Investing.com -- Shares of Burberry Group (OTC:) plc surged by 14% on Thursday as the company outlined its strategy to stabilize performance under new CEO Joshua Schulman, despite a challenging first half of the fiscal year.
The luxury brand’s interim results flagged significant pressures: revenue declined by 20%, with operating income swinging to a loss of £41 million compared to a £232 million profit a year ago.
“We update our model to FY25 adj. EBIT loss of €11m (vs. loss of €23m prior) more/less flowing through the H1 beat,” said analysts at Morgan Stanley (NYSE:) in a note.
Burberry’s first-half results underscore the difficulty of its recent push to expand beyond core outerwear offerings.
Sales in the Asia-Pacific region dropped by 28%, and the Americas saw an 18% decline, though these were mostly in line with expectations.
The brand also reported a 640-basis-point hit to gross margins due to high inventory levels, with an operating margin impact of nearly 20 percentage points year-on-year.
Inventory issues have led to write-downs and impairments totaling around £33 million.
Schulman has outlined a renewed focus on outerwear, the segment most associated with Burberry’s heritage.

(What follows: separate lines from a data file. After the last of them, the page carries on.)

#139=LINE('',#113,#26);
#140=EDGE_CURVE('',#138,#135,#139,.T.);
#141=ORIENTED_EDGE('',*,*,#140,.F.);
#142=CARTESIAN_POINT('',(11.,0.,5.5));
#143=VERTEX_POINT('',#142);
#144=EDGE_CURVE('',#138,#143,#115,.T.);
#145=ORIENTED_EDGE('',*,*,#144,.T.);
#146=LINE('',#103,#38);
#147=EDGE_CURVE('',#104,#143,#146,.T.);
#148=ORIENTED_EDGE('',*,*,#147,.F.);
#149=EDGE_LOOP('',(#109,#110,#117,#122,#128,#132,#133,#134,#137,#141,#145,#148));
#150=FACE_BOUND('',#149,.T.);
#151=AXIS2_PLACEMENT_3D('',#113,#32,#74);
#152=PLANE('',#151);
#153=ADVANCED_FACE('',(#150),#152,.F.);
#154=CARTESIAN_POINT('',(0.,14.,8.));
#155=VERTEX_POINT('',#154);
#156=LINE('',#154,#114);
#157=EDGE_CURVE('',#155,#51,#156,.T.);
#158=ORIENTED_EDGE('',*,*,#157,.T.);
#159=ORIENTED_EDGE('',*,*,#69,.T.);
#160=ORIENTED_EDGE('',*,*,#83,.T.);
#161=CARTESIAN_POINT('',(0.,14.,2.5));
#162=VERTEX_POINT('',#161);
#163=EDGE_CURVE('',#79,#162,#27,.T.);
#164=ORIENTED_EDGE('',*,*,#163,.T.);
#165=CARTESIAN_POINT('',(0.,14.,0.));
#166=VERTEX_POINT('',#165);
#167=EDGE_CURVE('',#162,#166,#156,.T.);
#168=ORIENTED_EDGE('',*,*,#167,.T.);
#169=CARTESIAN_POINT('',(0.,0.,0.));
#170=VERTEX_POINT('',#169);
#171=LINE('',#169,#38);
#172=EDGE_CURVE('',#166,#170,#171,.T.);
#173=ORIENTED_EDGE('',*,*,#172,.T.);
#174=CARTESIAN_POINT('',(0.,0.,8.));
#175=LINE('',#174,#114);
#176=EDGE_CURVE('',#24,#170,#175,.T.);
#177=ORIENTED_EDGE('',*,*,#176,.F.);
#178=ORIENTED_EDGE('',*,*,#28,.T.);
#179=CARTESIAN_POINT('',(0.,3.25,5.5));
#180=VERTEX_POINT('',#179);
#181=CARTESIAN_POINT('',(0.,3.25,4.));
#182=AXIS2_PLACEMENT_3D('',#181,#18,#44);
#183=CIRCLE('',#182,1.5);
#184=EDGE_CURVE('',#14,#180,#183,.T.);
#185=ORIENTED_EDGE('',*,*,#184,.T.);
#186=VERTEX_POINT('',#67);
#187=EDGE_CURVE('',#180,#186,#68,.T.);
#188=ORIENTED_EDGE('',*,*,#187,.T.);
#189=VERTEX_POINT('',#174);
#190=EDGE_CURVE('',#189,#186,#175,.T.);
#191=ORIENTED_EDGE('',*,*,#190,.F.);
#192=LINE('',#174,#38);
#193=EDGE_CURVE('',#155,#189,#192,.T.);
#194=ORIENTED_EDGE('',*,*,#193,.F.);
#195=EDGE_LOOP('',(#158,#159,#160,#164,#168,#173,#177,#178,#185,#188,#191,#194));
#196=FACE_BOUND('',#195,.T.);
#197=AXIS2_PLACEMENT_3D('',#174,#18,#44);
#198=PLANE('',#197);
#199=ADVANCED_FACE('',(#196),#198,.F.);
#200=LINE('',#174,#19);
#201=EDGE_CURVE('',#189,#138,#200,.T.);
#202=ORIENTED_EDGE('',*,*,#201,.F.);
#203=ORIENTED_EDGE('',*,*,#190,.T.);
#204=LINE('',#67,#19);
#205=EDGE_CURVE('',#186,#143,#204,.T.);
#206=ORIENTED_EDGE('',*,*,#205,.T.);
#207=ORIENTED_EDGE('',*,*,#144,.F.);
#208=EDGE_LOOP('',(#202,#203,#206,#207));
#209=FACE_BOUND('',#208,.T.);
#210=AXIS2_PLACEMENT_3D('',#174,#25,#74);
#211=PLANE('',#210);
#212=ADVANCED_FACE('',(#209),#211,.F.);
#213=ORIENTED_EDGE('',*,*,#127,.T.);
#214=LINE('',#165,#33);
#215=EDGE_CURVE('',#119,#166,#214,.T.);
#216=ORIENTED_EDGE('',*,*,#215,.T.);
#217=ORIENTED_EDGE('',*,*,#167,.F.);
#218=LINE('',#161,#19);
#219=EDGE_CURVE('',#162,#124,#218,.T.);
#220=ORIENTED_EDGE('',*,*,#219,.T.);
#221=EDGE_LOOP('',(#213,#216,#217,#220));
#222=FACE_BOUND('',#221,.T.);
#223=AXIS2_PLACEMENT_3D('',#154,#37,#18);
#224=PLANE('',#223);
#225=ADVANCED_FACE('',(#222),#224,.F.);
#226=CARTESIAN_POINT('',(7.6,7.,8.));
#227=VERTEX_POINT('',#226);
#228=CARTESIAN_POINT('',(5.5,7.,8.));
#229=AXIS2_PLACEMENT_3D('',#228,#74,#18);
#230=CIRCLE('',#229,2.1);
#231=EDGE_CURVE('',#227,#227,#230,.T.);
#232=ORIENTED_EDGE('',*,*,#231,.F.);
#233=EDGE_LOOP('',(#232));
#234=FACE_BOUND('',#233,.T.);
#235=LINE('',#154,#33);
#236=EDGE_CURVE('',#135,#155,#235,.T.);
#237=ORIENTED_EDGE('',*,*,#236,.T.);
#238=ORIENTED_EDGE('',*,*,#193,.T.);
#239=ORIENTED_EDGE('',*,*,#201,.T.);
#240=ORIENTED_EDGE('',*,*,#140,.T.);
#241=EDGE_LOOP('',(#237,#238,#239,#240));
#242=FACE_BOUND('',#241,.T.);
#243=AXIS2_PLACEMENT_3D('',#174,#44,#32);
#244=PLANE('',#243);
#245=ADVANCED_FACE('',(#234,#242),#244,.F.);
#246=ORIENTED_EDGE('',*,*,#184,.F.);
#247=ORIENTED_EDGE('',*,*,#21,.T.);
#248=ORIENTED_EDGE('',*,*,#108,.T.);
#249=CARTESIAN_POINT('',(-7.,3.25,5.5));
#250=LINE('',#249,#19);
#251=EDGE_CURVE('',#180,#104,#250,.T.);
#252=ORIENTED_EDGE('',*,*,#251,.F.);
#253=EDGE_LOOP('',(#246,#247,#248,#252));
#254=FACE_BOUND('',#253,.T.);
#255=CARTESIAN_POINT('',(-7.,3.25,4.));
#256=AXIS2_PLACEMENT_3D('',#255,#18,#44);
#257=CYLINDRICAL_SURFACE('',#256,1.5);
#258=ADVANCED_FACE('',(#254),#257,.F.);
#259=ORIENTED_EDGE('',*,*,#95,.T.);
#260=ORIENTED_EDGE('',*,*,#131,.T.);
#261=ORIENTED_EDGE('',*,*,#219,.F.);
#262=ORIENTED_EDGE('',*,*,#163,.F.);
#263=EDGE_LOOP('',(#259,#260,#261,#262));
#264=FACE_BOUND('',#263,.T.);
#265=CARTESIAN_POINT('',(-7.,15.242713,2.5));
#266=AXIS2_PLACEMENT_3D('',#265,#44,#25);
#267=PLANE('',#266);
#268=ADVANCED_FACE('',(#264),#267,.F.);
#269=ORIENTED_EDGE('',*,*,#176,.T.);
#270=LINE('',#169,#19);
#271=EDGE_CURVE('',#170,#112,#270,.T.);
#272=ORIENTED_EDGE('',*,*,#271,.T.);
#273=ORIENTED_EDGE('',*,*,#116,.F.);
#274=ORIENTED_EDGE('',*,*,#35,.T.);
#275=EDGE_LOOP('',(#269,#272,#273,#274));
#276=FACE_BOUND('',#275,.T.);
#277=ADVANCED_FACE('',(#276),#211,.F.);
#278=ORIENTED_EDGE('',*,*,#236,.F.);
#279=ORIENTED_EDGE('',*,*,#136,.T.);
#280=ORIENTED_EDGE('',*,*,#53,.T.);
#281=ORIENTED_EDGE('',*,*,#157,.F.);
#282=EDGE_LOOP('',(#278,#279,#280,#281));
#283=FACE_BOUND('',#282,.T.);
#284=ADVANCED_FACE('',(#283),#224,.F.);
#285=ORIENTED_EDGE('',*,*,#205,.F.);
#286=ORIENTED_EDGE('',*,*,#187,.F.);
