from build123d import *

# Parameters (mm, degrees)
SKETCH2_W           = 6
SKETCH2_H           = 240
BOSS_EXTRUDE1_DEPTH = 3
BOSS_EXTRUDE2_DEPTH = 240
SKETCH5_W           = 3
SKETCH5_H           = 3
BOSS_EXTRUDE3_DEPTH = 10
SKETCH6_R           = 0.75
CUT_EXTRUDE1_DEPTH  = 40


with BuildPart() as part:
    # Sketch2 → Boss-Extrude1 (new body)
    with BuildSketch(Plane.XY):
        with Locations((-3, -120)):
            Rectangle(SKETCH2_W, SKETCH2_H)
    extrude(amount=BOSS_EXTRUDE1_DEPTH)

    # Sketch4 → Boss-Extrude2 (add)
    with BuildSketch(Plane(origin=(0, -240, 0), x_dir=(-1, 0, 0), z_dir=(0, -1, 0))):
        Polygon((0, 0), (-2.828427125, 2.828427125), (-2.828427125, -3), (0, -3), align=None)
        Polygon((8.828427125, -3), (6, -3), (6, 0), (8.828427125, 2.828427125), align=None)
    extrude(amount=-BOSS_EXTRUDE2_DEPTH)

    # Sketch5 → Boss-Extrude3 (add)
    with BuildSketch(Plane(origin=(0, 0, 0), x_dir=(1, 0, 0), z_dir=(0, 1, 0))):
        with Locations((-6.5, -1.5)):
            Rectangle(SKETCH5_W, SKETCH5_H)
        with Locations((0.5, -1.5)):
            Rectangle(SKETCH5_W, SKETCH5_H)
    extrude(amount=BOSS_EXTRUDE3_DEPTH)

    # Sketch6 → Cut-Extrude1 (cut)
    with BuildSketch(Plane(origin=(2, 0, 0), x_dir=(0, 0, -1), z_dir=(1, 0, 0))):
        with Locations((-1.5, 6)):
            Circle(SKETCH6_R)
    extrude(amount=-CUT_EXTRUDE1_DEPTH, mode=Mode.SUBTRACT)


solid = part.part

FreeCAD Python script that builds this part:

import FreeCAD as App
import Part
import Sketcher

doc = App.newDocument("Part")
body = doc.addObject("PartDesign::Body", "Body")

# Sketch on XY plane
sketch1 = doc.addObject("Sketcher::SketchObject", "Sketch")
body.addObject(sketch1)
sketch1.AttachmentSupport = (doc.XY_Plane, [""])
sketch1.MapMode = "FlatFace"
sketch1.addGeometry([
    Part.LineSegment(App.Vector(-6, 0, 0), App.Vector(-6, -240, 0)),
    Part.LineSegment(App.Vector(-6, -240, 0), App.Vector(0, -240, 0)),
    Part.LineSegment(App.Vector(0, -240, 0), App.Vector(0, 0, 0)),
    Part.LineSegment(App.Vector(0, 0, 0), App.Vector(-6, 0, 0)),
], False)
sketch1.addConstraint([
    Sketcher.Constraint("Coincident", 0, 2, 1, 1),
    Sketcher.Constraint("Coincident", 1, 2, 2, 1),
    Sketcher.Constraint("Coincident", 2, 2, 3, 1),
    Sketcher.Constraint("Coincident", 3, 2, 0, 1),
    Sketcher.Constraint("Vertical", 0),
    Sketcher.Constraint("Horizontal", 1),
    Sketcher.Constraint("Vertical", 2),
    Sketcher.Constraint("Horizontal", 3),
    Sketcher.Constraint("Coincident", 2, 2, -1, 1),
    Sketcher.Constraint("DistanceX", 1, 1, 1, 2, 6.0),
    Sketcher.Constraint("DistanceY", 0, 2, 0, 1, 240.0),
])
pad1 = doc.addObject("PartDesign::Pad", "Pad")
body.addObject(pad1)
pad1.Profile = sketch1
pad1.Length = 3

# Sketch on XZ plane
sketch2 = doc.addObject("Sketcher::SketchObject", "Sketch001")
body.addObject(sketch2)
sketch2.AttachmentSupport = (doc.XZ_Plane, [""])
sketch2.MapMode = "FlatFace"
sketch2.AttachmentOffset = App.Placement(App.Vector(0, 0, 240), App.Rotation())
sketch2.addGeometry([
    Part.LineSegment(App.Vector(0, 0, 0), App.Vector(2.8, -2.8, 0)),  # 0
    Part.LineSegment(App.Vector(2.8, -2.8, 0), App.Vector(2.8, 3, 0)),  # 1
    Part.LineSegment(App.Vector(2.8, 3, 0), App.Vector(0, 3, 0)),  # 2
    Part.LineSegment(App.Vector(0, 3, 0), App.Vector(0, 0, 0)),  # 3
    Part.LineSegment(App.Vector(-6, 3, 0), App.Vector(-8.8, 3, 0)),  # 4
    Part.LineSegment(App.Vector(-8.8, 3, 0), App.Vector(-8.8, -2.8, 0)),  # 5
    Part.LineSegment(App.Vector(-8.8, -2.8, 0), App.Vector(-6, 0, 0)),  # 6
    Part.LineSegment(App.Vector(-6, 0, 0), App.Vector(-6, 3, 0)),  # 7
], False)
sketch2.addConstraint([
    Sketcher.Constraint("Coincident", 0, 2, 1, 1),
    Sketcher.Constraint("Coincident", 1, 2, 2, 1),
    Sketcher.Constraint("Coincident", 2, 2, 3, 1),
    Sketcher.Constraint("Coincident", 3, 2, 0, 1),
    Sketcher.Constraint("Coincident", 4, 2, 5, 1),
    Sketcher.Constraint("Coincident", 5, 2, 6, 1),
    Sketcher.Constraint("Coincident", 6, 2, 7, 1),
    Sketcher.Constraint("Coincident", 7, 2, 4, 1),
    Sketcher.Constraint("Vertical", 1),
    Sketcher.Constraint("Horizontal", 2),
    Sketcher.Constraint("Vertical", 3),
    Sketcher.Constraint("Horizontal", 4),
    Sketcher.Constraint("Vertical", 5),
    Sketcher.Constraint("Vertical", 7),
    Sketcher.Constraint("Coincident", 3, 2, -1, 1),
    Sketcher.Constraint("PointOnObject", 6, 2, -1),
    Sketcher.Constraint("Perpendicular", 0, 6),
    Sketcher.Constraint("Horizontal", 2, 2, 4, 2),
    Sketcher.Constraint("Horizontal", 0, 2, 5, 2),
    Sketcher.Constraint("Equal", 2, 4),
    Sketcher.Constraint("DistanceY", 3, 2, 3, 1, 3.0),
    Sketcher.Constraint("Distance", 0, 4.0),
    Sketcher.Constraint("DistanceX", 6, 2, -1, 1, 6.0),
])
pad2 = doc.addObject("PartDesign::Pad", "Pad001")
body.addObject(pad2)
pad2.Profile = sketch2
pad2.Length = 240
pad2.Reversed = True

# Sketch on XZ plane
sketch3 = doc.addObject("Sketcher::SketchObject", "Sketch002")
body.addObject(sketch3)
sketch3.AttachmentSupport = (doc.XZ_Plane, [""])
sketch3.MapMode = "FlatFace"
sketch3.addGeometry([
    Part.LineSegment(App.Vector(-8, 0, 0), App.Vector(-8, 3, 0)),  # 0
    Part.LineSegment(App.Vector(-8, 3, 0), App.Vector(-5, 3, 0)),  # 1
    Part.LineSegment(App.Vector(-5, 3, 0), App.Vector(-5, 0, 0)),  # 2
    Part.LineSegment(App.Vector(-5, 0, 0), App.Vector(-8, 0, 0)),  # 3
    Part.LineSegment(App.Vector(-1, 0, 0), App.Vector(-1, 3, 0)),  # 4
    Part.LineSegment(App.Vector(-1, 3, 0), App.Vector(2, 3, 0)),  # 5
    Part.LineSegment(App.Vector(2, 3, 0), App.Vector(2, 0, 0)),  # 6
    Part.LineSegment(App.Vector(2, 0, 0), App.Vector(-1, 0, 0)),  # 7
], False)
sketch3.addConstraint([
    Sketcher.Constraint("Coincident", 0, 2, 1, 1),
    Sketcher.Constraint("Coincident", 1, 2, 2, 1),
    Sketcher.Constraint("Coincident", 2, 2, 3, 1),
    Sketcher.Constraint("Coincident", 3, 2, 0, 1),
    Sketcher.Constraint("Coincident", 4, 2, 5, 1),
    Sketcher.Constraint("Coincident", 5, 2, 6, 1),
    Sketcher.Constraint("Coincident", 6, 2, 7, 1),
    Sketcher.Constraint("Coincident", 7, 2, 4, 1),
    Sketcher.Constraint("Vertical", 0),
    Sketcher.Constraint("Horizontal", 1),
    Sketcher.Constraint("Vertical", 2),
    Sketcher.Constraint("Horizontal", 3),
    Sketcher.Constraint("Vertical", 4),
    Sketcher.Constraint("Horizontal", 5),
    Sketcher.Constraint("Vertical", 6),
    Sketcher.Constraint("Horizontal", 7),
    Sketcher.Constraint("PointOnObject", 2, 2, -1),
    Sketcher.Constraint("PointOnObject", 6, 2, -1),
    Sketcher.Constraint("Horizontal", 1, 2, 4, 2),
    Sketcher.Constraint("Equal", 3, 5),
    Sketcher.Constraint("Equal", 7, 0),
    Sketcher.Constraint("DistanceX", 1, 1, 1, 2, 3.0),
    Sketcher.Constraint("DistanceX", 0, 2, -1, 1, 8.0),
    Sketcher.Constraint("DistanceX", 4, 2, -1, 1, 1.0),
])
pad3 = doc.addObject("PartDesign::Pad", "Pad002")
body.addObject(pad3)
pad3.Profile = sketch3
pad3.Length = 10
pad3.Reversed = True

# Sketch on YZ plane
sketch4 = doc.addObject("Sketcher::SketchObject", "Sketch003")
body.addObject(sketch4)
sketch4.AttachmentSupport = (doc.YZ_Plane, [""])
sketch4.MapMode = "FlatFace"
sketch4.AttachmentOffset = App.Placement(App.Vector(0, 0, 2), App.Rotation())
sketch4.addGeometry(Part.Circle(App.Vector(6, 1.5, 0), App.Vector(0, 0, 1), 0.8), False)
sketch4.addConstraint([
    Sketcher.Constraint("Diameter", 0, 1.5),
    Sketcher.Constraint("DistanceX", -1, 1, 0, 3, 6.0),
    Sketcher.Constraint("DistanceY", -1, 1, 0, 3, 1.5),
])
pocket1 = doc.addObject("PartDesign::Pocket", "Pocket")
body.addObject(pocket1)
pocket1.Profile = sketch4
pocket1.Length = 40

doc.recompute()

This pivot away from recent efforts to elevate the brand into more diverse luxury categories marks a significant shift in strategy.
His plan to rebuild Burberry’s revenues to £3 billion, primarily through renewed attention on core products, contrasts with more modest market forecasts for around £2.73 billion by 2027-2028.

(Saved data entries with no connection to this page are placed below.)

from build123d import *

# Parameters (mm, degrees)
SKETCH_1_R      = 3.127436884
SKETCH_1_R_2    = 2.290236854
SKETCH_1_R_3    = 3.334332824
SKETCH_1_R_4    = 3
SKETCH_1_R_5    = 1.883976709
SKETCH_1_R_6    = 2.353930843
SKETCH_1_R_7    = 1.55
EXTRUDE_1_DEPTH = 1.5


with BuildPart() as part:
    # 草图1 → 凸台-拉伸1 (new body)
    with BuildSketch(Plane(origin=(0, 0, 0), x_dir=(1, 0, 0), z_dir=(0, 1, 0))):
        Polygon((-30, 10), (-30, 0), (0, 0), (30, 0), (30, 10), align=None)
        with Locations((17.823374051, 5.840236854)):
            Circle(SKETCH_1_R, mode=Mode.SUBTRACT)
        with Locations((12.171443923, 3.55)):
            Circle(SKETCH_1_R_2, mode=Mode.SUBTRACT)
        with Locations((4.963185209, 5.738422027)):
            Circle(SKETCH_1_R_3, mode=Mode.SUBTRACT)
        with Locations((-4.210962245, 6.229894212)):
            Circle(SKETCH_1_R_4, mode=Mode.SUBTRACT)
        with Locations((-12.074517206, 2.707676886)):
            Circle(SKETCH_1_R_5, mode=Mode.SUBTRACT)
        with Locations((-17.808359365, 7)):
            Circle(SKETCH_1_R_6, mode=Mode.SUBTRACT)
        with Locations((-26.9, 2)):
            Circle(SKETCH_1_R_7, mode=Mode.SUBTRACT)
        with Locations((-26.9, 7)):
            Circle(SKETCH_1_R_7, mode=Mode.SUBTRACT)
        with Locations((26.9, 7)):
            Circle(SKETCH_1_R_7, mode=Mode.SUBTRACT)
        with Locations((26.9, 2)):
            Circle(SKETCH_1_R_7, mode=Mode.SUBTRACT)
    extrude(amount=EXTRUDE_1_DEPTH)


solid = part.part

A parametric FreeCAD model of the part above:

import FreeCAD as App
import Part
import Sketcher
from FreeCAD import Vector
Q = App.Units.Quantity


def add_polygon(sketch, points):
    """Adds a closed chain of lines whose ends are joined by coincident constraints."""
    first, n = sketch.GeometryCount, len(points)
    for a, b in zip(points, points[1:] + points[:1]):
        sketch.addGeometry(Part.LineSegment(App.Vector(*a, 0), App.Vector(*b, 0)), False)
    for i in range(n):
        sketch.addConstraint(Sketcher.Constraint("Coincident", first + i, 2, first + (i + 1) % n, 1))

doc = App.newDocument("Part")
body = doc.addObject("PartDesign::Body", "Body")

# Sketch on XZ plane
sketch1 = body.newObject("Sketcher::SketchObject", "Sketch")
sketch1.AttachmentSupport = (doc.getObject("XZ_Plane"), [""])
sketch1.MapMode = "FlatFace"
add_polygon(sketch1, [(-30, -10), (-30, 0), (30, 0), (30, -10)])  # lines 0-3
sketch1.addGeometry(Part.Circle(Vector(-26.9, -2, 0), Vector(0, 0, 1), 1.6), False)  # 4
sketch1.addGeometry(Part.Circle(Vector(-12.1, -2.7, 0), Vector(0, 0, 1), 1.9), False)  # 5
sketch1.addGeometry(Part.Circle(Vector(26.9, -2, 0), Vector(0, 0, 1), 1.6), False)  # 6
sketch1.addGeometry(Part.Circle(Vector(12.2, -3.5, 0), Vector(0, 0, 1), 2.3), False)  # 7
sketch1.addGeometry(Part.Circle(Vector(-26.9, -7, 0), Vector(0, 0, 1), 1.6), False)  # 8
sketch1.addGeometry(Part.Circle(Vector(-17.8, -7, 0), Vector(0, 0, 1), 2.4), False)  # 9
sketch1.addGeometry(Part.Circle(Vector(-4.2, -6.2, 0), Vector(0, 0, 1), 3), False)  # 10
sketch1.addGeometry(Part.Circle(Vector(5, -5.7, 0), Vector(0, 0, 1), 3.3), False)  # 11
sketch1.addGeometry(Part.Circle(Vector(17.8, -5.8, 0), Vector(0, 0, 1), 3.1), False)  # 12
sketch1.addGeometry(Part.Circle(Vector(26.9, -7, 0), Vector(0, 0, 1), 1.6), False)  # 13
sketch1.addConstraint(Sketcher.Constraint("Vertical", 0))
sketch1.addConstraint(Sketcher.Constraint("Horizontal", 1))
sketch1.addConstraint(Sketcher.Constraint("Vertical", 2))
sketch1.addConstraint(Sketcher.Constraint("Horizontal", 3))
sketch1.addConstraint(Sketcher.Constraint("Equal", 4, 6))
sketch1.addConstraint(Sketcher.Constraint("Equal", 6, 8))
sketch1.addConstraint(Sketcher.Constraint("Equal", 8, 13))
sketch1.addConstraint(Sketcher.Constraint("Symmetric", 0, 2, 1, 2, -1, 1))
sketch1.addConstraint(Sketcher.Constraint("Symmetric", 4, 3, 6, 3, -2))
sketch1.addConstraint(Sketcher.Constraint("Symmetric", 8, 3, 13, 3, -2))
sketch1.addConstraint(Sketcher.Constraint("Horizontal", 8, 3, 9, 3))
sketch1.addConstraint(Sketcher.Constraint("Vertical", 4, 3, 8, 3))
sketch1.addConstraint(Sketcher.Constraint("Diameter", 10, Q("6 mm")))
sketch1.addConstraint(Sketcher.Constraint("Diameter", 4, Q("3.1 mm")))
sketch1.addConstraint(Sketcher.Constraint("DistanceX", 1, 1, 1, 2, Q("60 mm")))
sketch1.addConstraint(Sketcher.Constraint("DistanceY", 0, 1, 0, 2, Q("10 mm")))
sketch1.addConstraint(Sketcher.Constraint("DistanceY", 4, 3, -1, 1, Q("2 mm")))
sketch1.addConstraint(Sketcher.Constraint("DistanceY", 8, 3, -1, 1, Q("7 mm")))
sketch1.addConstraint(Sketcher.Constraint("DistanceX", 4, 3, -1, 1, Q("26.9 mm")))
sketch1.addConstraint(Sketcher.Constraint("Diameter", 9, Q("4.707862 mm")))
sketch1.addConstraint(Sketcher.Constraint("DistanceY", 7, 3, -1, 1, Q("3.55 mm")))
sketch1.addConstraint(Sketcher.Constraint("Diameter", 5, Q("3.767953 mm")))
sketch1.addConstraint(Sketcher.Constraint("Diameter", 7, Q("4.580474 mm")))
sketch1.addConstraint(Sketcher.Constraint("Diameter", 11, Q("6.668666 mm")))
sketch1.addConstraint(Sketcher.Constraint("Diameter", 12, Q("6.254874 mm")))
sketch1.addConstraint(Sketcher.Constraint("DistanceX", 9, 3, -1, 1, Q("17.808359 mm")))
sketch1.addConstraint(Sketcher.Constraint("DistanceX", 5, 3, 7, 3, Q("24.245961 mm")))
sketch1.addConstraint(Sketcher.Constraint("DistanceX", 11, 3, 7, 3, Q("7.208259 mm")))
sketch1.addConstraint(Sketcher.Constraint("DistanceX", 7, 3, 12, 3, Q("5.65193 mm")))
sketch1.addConstraint(Sketcher.Constraint("DistanceY", 12, 3, 5, 3, Q("3.13256 mm")))
sketch1.addConstraint(Sketcher.Constraint("DistanceX", 5, 3, -1, 1, Q("12.074517 mm")))
sketch1.addConstraint(Sketcher.Constraint("DistanceY", 5, 3, -1, 1, Q("2.707677 mm")))
sketch1.addConstraint(Sketcher.Constraint("DistanceX", 10, 3, -1, 1, Q("4.210962 mm")))
sketch1.addConstraint(Sketcher.Constraint("DistanceY", 10, 3, -1, 1, Q("6.229894 mm")))
sketch1.addConstraint(Sketcher.Constraint("DistanceY", 11, 3, -1, 1, Q("5.738422 mm")))
pad1 = body.newObject("PartDesign::Pad", "Pad")
pad1.Profile = sketch1
pad1.Length = 1.5
pad1.Reversed = True

doc.recompute()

At first glance, analysts at Morgan Stanley interpret management’s stance to suggest confidence that, under the new strategic plan, Burberry (LON:) sees no structural obstacles to achieving the targeted revenue, a gross margin around 70%, and an operating margin in the high teens—levels similar to the pre-COVID five-year average.
The key to reaching these targets, however, will be effective execution of the strategy.
Financially, the brand remains cautious about near-term profit recovery. Burberry’s recent guidance acknowledged that it’s uncertain whether the second half will fully offset losses from the first half.
As part of a cost-saving program, Burberry plans to reduce operating expenses by £40 million annually, capturing £8 million in savings so far this fiscal year.
Analysts at RBC Capital Markets observe that Burberry’s financial performance has significantly declined, driven by a tougher luxury market and a miscalculation of price elasticity in its leather goods segment.
However, they view the strategic pivot back to outerwear as a positive shift, bringing more authenticity to the brand in a product category that faces relatively less competition.